A celebrated pear tree in Danvers, Mass. still bears fruit at the ripe old age of 383, more or less -- and biologists find its remarkable longevity a bit baffling.
"Generally, fruit trees don’t last very long, so it’s unusual," Dr. Richard Primack, a professor of biology at Boston University, said of the so-called Endicott Pear Tree (named for John Endicott, the Massachusetts governor who planted it around 1630).
Typically, fruit trees may survive around 100 years, Dr. Primack said, citing their vulnerability to fungal diseases, insects, and harsh weather.
The old "Endicott Pear Tree," planted in Danvers, Mass. by Gov. John Endicott.
"It is in relatively open conditions," Dr. Primack told HuffPost Science. "It’s getting good light… The reason it's still bearing fruit is because people are pruning it, or it might be a naturally self-pruning tree."
What's more, the simple fact that the tree is so celebrated may be one factor in its longevity, Dr. Primack said. After all, a fence has been erected around it, and people continue to look after it after all these years.
"This pear has found a ‘niche’ in nature that has allowed it to live on and on, until the environment changes to create inhospitable conditions for survival," horticulturist Dr. Ron Smith from North Dakota State University told HuffPost Science in an email. "It apparently has not been subject to the normal ravages of Mother Nature to cause it to decline or become susceptible to lethal insect or disease attacks."

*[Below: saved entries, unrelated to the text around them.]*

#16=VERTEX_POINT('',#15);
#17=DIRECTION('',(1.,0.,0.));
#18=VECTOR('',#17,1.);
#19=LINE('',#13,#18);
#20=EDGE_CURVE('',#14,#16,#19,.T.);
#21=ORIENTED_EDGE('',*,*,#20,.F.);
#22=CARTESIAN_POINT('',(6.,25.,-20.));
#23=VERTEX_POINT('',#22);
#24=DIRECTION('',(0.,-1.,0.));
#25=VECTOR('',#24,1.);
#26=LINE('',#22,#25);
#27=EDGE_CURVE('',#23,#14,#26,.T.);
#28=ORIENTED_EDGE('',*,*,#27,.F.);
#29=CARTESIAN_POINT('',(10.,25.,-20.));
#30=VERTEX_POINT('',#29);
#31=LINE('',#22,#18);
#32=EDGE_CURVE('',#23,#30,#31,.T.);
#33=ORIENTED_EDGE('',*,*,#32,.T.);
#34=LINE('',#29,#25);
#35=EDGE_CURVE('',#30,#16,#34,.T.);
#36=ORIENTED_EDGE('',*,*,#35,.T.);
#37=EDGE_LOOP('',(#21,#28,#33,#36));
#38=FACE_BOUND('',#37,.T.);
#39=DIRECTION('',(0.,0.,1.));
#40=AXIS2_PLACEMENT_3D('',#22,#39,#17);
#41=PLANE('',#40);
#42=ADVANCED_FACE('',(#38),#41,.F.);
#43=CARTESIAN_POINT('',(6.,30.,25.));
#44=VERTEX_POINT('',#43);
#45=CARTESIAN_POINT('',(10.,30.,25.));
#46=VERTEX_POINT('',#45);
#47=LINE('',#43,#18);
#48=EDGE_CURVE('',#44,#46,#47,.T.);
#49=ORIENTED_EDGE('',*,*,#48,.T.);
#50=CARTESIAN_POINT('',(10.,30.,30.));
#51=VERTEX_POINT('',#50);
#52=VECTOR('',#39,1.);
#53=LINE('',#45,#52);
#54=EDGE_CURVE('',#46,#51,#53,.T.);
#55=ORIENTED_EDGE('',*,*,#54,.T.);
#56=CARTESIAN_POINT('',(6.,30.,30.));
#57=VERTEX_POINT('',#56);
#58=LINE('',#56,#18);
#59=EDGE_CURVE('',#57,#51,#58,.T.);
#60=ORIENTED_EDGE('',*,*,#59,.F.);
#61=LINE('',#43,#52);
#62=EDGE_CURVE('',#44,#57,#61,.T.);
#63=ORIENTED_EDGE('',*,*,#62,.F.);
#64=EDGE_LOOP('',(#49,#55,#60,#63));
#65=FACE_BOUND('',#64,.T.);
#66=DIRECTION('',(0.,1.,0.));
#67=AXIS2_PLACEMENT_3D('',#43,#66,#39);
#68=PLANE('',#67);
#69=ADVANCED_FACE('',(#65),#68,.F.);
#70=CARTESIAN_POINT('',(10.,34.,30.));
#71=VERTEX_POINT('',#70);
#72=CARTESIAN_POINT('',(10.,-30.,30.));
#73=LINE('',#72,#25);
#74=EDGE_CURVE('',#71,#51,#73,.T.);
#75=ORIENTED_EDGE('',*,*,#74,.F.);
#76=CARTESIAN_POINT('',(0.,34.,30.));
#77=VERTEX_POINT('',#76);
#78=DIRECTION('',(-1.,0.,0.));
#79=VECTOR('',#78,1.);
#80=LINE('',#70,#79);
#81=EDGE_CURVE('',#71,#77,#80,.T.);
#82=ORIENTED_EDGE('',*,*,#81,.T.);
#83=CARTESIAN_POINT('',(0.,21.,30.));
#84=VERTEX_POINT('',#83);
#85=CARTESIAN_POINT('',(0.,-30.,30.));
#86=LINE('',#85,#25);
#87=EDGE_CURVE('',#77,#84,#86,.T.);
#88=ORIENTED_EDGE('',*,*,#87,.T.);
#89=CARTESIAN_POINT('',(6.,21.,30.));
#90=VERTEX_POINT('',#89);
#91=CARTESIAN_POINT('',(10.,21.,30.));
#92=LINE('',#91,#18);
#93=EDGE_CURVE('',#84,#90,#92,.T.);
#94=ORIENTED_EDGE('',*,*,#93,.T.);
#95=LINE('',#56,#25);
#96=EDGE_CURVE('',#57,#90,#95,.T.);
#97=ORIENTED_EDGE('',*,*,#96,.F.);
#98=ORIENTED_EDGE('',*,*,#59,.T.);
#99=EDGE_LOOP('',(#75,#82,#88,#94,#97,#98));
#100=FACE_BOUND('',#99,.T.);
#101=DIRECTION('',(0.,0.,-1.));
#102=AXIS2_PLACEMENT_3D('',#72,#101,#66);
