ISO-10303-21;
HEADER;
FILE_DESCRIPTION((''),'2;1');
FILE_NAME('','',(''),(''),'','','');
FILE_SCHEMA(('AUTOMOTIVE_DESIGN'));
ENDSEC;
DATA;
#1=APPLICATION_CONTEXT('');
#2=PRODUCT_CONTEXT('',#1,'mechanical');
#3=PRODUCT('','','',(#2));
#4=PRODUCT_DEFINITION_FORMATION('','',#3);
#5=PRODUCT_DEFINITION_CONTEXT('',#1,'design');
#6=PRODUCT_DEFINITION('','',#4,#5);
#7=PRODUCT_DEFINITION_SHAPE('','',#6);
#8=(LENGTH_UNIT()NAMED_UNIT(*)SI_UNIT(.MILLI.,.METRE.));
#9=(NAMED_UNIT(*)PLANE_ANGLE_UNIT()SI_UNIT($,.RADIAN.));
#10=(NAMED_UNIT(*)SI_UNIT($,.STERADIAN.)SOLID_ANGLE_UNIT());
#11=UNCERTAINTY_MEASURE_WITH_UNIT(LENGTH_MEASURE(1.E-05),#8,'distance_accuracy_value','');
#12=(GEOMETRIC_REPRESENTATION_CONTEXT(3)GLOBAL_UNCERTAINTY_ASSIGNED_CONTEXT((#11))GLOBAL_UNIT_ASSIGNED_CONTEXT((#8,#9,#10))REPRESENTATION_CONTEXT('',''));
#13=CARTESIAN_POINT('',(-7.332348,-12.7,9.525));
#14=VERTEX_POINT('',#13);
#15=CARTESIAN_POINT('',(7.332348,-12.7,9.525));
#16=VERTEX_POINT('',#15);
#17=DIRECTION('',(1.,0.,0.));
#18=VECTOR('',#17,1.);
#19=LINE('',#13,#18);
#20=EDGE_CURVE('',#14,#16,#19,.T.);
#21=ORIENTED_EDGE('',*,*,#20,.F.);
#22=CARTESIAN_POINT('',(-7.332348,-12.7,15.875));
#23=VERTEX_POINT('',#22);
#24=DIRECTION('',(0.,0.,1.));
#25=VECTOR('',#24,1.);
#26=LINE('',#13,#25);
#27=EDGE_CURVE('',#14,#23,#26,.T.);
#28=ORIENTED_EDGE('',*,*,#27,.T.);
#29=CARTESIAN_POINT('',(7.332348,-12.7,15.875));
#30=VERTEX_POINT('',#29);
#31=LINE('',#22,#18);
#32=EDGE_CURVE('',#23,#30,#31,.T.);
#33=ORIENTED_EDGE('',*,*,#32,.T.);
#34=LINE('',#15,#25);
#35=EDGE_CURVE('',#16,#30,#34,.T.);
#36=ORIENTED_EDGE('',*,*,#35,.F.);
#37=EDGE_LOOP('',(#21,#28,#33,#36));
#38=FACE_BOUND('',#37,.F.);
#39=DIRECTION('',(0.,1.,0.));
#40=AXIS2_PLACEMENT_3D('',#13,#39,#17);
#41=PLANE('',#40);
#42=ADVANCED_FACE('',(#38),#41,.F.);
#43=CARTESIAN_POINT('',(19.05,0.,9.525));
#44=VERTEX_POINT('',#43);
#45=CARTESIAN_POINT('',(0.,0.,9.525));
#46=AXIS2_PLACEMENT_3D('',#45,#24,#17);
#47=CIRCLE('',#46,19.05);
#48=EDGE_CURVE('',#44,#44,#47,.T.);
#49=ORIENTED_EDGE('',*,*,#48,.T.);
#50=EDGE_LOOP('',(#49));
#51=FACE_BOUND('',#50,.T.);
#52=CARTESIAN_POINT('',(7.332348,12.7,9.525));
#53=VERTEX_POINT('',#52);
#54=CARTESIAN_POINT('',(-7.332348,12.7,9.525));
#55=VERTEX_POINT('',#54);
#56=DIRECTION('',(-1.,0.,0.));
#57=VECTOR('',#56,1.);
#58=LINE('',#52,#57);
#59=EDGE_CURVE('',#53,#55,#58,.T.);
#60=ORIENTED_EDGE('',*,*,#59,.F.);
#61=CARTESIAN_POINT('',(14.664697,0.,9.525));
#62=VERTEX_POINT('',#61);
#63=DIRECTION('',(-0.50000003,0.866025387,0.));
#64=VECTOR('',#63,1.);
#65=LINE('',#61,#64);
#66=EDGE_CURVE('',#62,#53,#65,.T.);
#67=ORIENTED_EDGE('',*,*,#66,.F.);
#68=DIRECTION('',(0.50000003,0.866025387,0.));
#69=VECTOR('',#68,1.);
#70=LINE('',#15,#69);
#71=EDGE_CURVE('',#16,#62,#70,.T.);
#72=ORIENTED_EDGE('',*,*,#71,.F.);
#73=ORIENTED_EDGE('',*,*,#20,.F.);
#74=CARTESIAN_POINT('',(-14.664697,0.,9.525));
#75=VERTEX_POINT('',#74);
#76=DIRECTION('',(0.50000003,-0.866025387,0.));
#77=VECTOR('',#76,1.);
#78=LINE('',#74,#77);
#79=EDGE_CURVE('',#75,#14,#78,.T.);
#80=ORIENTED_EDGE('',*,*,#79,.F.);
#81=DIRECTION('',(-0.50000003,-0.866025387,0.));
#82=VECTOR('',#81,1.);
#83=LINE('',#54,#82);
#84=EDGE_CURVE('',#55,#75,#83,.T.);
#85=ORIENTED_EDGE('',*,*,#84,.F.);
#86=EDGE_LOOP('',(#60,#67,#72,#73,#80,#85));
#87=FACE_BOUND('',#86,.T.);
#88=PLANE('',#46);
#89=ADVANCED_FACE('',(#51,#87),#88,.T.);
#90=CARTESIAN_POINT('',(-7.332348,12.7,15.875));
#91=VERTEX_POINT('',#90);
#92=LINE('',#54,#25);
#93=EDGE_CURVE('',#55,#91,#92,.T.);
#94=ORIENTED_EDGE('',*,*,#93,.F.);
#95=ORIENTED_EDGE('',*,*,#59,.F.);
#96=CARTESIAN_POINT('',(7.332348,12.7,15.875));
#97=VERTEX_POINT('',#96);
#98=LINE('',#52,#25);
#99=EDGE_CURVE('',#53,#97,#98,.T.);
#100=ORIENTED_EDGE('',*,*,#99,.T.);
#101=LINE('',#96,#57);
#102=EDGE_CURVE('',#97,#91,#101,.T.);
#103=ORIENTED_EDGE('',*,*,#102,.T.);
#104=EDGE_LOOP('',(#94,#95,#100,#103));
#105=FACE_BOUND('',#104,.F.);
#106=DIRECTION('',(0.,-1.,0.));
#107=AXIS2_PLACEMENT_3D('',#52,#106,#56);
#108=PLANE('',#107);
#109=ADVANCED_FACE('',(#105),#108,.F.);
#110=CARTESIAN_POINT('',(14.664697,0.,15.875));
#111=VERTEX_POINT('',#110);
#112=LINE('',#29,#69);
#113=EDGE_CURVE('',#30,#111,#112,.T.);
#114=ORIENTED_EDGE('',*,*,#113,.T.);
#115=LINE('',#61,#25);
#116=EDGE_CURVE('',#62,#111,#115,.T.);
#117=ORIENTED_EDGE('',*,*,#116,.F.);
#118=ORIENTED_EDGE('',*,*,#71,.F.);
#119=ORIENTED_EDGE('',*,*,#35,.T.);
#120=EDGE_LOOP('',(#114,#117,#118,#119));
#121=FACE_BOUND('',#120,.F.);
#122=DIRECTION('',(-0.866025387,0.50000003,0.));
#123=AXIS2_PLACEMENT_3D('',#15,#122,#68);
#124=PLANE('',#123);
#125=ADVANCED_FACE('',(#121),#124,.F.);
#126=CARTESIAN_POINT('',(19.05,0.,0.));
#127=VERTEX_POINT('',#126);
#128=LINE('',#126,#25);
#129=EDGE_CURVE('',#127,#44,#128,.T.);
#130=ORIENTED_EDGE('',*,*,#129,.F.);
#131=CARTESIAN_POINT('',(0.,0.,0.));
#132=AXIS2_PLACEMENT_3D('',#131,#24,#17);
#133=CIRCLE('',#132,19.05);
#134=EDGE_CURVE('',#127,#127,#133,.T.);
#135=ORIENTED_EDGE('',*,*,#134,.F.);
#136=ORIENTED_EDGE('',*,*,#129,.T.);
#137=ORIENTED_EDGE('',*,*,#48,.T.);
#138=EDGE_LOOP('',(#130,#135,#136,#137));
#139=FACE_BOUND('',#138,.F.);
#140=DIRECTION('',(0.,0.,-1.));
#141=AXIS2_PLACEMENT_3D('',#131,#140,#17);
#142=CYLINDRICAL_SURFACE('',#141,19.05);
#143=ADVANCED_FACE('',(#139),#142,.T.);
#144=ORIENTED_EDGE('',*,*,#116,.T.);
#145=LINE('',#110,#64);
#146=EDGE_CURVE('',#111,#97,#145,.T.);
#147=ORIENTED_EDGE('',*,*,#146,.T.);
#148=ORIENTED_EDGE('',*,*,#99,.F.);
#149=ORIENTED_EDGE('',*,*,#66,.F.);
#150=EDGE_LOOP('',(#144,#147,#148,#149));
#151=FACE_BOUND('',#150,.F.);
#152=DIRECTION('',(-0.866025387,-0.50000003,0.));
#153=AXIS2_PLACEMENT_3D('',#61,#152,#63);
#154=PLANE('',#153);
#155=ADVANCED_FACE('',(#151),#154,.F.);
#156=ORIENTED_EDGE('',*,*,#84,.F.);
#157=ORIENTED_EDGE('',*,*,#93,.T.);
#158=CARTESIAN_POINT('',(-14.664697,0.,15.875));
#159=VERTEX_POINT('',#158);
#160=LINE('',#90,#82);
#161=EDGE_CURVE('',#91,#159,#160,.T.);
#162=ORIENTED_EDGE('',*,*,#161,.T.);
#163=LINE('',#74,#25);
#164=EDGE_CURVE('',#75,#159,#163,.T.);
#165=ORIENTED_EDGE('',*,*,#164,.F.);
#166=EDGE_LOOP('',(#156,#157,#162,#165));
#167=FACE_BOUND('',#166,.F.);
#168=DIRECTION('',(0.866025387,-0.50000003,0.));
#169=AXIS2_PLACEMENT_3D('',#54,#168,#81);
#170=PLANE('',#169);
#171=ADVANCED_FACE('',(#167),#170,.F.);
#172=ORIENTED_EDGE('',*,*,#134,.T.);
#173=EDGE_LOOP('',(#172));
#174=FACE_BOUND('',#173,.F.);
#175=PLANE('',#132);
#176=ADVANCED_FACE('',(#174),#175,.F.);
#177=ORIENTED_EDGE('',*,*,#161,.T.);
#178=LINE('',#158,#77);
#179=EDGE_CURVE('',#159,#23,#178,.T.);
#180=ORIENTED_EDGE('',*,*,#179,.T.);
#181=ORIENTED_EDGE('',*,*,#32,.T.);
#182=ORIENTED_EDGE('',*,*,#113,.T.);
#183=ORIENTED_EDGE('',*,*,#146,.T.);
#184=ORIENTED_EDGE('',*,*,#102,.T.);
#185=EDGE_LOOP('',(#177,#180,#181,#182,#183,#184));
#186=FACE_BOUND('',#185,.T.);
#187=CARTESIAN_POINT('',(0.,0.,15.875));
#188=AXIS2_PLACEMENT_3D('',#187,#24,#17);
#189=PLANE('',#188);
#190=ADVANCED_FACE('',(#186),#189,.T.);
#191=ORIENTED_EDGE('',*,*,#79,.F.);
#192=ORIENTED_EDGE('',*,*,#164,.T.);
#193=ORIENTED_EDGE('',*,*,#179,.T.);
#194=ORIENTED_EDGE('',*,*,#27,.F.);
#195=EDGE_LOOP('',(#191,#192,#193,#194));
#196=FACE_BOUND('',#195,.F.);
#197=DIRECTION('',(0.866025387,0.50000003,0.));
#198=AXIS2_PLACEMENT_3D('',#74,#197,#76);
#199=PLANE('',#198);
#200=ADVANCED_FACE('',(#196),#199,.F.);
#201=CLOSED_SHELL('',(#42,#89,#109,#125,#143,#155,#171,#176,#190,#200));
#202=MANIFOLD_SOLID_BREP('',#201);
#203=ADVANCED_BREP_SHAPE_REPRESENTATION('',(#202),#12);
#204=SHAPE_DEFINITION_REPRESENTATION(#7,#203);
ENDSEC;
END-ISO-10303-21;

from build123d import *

# Parameters (mm, degrees)
F0_R     = 19.05
F1_DEPTH = 9.525
F3_DEPTH = 6.35


with BuildPart() as f1:
    # F0 (on Top) → F1 (new body)
    with BuildSketch(Plane.XY):
        Circle(F0_R)
    extrude(amount=F1_DEPTH)

    # F2 (on face) → F3 (join)
    with BuildSketch(Plane.XY.offset(9.525)):
        Polygon((7.332348, 12.7), (-7.332348, 12.7), (-14.664697, 0), (-7.332348, -12.7), (7.332348, -12.7), (14.664697, 0), align=None)
    extrude(amount=F3_DEPTH)


solid = f1.part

Until 2013, the oldest tree in the world was Methuselah, a 4,845-year-old Great Basin bristlecone pine in California's White Mountains, LiveScience reported. But then researchers found a nearby tree that dates back a whopping 5,062 years.
"Almost all the old trees are members of the Conifer family," Dr. Primack said. "They tend to be things like pine trees or gymnosperms, so they tend to be not really trees that are in this fruit-bearing family."